What you are asked to do »
Transcribe only the lines of the listing below from the one holding "#27=VERTEX_POINT('',#26);" through the one holding "#43=EDGE_CURVE('',#35,#35,#42,.T.);", inclusive, without any change.
*** Supplied data ***
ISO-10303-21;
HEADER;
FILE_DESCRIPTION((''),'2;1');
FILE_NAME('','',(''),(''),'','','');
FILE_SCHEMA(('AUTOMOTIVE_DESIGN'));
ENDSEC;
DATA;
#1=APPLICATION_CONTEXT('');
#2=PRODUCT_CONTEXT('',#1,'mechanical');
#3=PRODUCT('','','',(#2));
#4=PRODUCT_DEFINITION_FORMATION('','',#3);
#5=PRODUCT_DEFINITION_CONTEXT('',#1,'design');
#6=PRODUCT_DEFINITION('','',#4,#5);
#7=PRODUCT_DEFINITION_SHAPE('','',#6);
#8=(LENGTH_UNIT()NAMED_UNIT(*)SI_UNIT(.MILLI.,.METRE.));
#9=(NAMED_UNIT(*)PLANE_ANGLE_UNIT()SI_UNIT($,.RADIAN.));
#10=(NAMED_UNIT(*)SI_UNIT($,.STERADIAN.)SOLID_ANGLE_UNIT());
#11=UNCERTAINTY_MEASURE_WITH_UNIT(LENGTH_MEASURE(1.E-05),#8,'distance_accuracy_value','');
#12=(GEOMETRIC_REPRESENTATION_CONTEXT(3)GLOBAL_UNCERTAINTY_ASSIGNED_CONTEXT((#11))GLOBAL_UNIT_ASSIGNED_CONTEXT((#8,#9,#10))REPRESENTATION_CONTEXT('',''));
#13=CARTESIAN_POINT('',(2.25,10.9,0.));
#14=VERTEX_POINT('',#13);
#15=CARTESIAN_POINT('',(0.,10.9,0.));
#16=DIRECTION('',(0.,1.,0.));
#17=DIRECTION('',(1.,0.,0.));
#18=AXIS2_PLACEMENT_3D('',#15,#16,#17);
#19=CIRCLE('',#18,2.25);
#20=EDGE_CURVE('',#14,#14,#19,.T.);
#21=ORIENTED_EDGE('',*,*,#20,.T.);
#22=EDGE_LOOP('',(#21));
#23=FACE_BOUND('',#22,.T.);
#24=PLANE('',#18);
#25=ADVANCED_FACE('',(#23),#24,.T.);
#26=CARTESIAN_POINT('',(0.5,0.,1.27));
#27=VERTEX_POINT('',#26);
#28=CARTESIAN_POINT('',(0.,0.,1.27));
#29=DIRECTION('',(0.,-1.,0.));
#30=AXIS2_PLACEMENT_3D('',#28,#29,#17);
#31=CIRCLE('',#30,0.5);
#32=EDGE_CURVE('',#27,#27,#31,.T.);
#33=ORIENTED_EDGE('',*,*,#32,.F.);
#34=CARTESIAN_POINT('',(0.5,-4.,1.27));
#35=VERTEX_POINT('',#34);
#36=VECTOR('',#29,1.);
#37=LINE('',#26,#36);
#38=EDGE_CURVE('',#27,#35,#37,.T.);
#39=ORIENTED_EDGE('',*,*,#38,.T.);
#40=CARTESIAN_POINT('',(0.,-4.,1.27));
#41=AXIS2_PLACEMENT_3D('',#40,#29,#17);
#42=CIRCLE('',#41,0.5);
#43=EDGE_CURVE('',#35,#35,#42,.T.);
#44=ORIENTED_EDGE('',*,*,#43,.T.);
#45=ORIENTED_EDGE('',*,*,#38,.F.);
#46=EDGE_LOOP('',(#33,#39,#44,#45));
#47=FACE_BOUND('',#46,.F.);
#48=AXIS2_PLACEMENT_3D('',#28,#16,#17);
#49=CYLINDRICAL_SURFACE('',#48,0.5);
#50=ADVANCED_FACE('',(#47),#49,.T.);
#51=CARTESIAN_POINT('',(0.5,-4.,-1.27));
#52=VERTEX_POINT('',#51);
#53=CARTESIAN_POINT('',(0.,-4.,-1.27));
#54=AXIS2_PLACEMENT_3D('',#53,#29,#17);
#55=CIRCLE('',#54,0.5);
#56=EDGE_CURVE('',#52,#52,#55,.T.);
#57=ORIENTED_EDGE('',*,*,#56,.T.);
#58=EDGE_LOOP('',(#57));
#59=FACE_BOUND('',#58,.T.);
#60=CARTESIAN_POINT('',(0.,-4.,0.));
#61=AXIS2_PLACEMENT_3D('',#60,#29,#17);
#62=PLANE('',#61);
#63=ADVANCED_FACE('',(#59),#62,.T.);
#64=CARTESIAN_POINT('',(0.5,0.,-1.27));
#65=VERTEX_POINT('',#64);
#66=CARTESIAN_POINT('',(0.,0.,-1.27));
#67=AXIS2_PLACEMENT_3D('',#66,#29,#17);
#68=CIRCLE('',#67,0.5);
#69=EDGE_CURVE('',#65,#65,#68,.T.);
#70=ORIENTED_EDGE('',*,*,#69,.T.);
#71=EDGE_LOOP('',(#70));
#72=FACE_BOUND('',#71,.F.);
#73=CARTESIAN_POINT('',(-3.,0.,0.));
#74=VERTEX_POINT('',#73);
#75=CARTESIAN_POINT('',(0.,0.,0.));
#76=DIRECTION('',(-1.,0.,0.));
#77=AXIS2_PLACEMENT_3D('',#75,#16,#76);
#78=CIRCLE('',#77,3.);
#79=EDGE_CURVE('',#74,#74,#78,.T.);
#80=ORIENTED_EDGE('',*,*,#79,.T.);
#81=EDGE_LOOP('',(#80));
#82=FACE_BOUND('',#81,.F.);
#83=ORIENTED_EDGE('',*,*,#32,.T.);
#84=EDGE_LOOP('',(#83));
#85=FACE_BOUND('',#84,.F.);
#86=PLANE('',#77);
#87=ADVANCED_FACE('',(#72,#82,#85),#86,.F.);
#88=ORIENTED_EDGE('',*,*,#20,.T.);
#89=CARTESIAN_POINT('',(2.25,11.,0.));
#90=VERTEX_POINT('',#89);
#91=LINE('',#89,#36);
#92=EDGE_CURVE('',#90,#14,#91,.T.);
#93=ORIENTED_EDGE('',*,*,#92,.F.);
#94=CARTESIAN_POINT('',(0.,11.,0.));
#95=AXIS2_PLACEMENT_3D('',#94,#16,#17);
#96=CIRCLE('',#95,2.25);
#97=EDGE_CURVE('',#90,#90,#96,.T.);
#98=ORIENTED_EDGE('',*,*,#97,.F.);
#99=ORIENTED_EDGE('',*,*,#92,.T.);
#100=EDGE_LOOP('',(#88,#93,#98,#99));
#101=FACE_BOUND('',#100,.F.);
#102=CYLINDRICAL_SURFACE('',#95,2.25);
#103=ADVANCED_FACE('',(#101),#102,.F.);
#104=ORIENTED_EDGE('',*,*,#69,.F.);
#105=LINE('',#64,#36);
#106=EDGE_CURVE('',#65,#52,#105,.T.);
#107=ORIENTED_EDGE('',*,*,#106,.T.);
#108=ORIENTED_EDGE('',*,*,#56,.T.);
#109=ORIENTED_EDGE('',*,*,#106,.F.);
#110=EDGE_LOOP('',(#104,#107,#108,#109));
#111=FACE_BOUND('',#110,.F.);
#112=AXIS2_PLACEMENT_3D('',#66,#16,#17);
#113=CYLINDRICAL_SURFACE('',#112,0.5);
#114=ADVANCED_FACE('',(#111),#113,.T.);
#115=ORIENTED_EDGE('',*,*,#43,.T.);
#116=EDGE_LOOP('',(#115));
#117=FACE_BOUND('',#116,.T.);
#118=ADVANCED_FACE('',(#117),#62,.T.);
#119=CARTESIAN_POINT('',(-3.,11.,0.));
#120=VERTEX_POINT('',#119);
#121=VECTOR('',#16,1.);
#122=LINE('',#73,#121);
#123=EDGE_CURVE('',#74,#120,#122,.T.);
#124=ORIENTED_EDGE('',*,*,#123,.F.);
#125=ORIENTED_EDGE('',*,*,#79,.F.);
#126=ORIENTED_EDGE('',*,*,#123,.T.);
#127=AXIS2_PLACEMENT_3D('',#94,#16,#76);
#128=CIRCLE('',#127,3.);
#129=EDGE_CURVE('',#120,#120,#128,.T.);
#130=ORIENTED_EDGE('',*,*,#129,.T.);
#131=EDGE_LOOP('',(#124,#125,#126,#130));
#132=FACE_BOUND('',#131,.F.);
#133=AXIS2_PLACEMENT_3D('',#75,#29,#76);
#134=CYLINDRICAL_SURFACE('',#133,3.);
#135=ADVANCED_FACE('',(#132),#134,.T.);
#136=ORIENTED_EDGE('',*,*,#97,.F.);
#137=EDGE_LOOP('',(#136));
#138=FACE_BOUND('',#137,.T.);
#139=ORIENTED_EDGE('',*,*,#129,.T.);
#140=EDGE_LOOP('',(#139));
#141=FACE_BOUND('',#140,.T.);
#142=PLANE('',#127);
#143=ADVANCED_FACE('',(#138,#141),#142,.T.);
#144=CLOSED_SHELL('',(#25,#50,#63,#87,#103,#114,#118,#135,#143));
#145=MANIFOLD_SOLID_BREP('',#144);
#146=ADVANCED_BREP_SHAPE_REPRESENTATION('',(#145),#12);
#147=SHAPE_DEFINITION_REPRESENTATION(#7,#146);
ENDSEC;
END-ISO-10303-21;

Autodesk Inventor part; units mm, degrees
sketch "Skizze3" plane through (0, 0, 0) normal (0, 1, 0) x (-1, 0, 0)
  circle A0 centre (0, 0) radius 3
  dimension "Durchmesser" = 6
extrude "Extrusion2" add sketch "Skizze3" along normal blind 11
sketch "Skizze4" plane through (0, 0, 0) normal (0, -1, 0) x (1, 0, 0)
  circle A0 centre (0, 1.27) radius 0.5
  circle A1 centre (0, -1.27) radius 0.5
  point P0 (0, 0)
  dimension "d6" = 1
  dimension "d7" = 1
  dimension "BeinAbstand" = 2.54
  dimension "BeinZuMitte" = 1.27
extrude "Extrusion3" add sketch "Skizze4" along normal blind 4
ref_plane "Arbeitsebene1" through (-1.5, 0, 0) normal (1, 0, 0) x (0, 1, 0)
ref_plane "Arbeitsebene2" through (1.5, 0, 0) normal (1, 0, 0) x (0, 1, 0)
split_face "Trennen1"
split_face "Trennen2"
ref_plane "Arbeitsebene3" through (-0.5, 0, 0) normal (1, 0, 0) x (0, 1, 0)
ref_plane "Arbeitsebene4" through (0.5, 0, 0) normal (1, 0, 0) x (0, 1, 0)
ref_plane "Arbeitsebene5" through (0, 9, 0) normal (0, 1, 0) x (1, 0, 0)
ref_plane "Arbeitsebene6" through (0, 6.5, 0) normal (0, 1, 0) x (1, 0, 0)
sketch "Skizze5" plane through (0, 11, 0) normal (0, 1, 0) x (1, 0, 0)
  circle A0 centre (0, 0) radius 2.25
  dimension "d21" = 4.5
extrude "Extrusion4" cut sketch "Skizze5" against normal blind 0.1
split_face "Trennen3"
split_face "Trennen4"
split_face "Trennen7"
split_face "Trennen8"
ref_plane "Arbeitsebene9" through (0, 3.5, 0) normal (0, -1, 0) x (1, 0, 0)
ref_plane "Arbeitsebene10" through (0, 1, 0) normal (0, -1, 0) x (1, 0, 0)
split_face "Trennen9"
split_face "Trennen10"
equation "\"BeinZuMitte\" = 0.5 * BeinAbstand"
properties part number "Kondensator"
***
Exercise answer »
#27=VERTEX_POINT('',#26);
#28=CARTESIAN_POINT('',(0.,0.,1.27));
#29=DIRECTION('',(0.,-1.,0.));
#30=AXIS2_PLACEMENT_3D('',#28,#29,#17);
#31=CIRCLE('',#30,0.5);
#32=EDGE_CURVE('',#27,#27,#31,.T.);
#33=ORIENTED_EDGE('',*,*,#32,.F.);
#34=CARTESIAN_POINT('',(0.5,-4.,1.27));
#35=VERTEX_POINT('',#34);
#36=VECTOR('',#29,1.);
#37=LINE('',#26,#36);
#38=EDGE_CURVE('',#27,#35,#37,.T.);
#39=ORIENTED_EDGE('',*,*,#38,.T.);
#40=CARTESIAN_POINT('',(0.,-4.,1.27));
#41=AXIS2_PLACEMENT_3D('',#40,#29,#17);
#42=CIRCLE('',#41,0.5);
#43=EDGE_CURVE('',#35,#35,#42,.T.);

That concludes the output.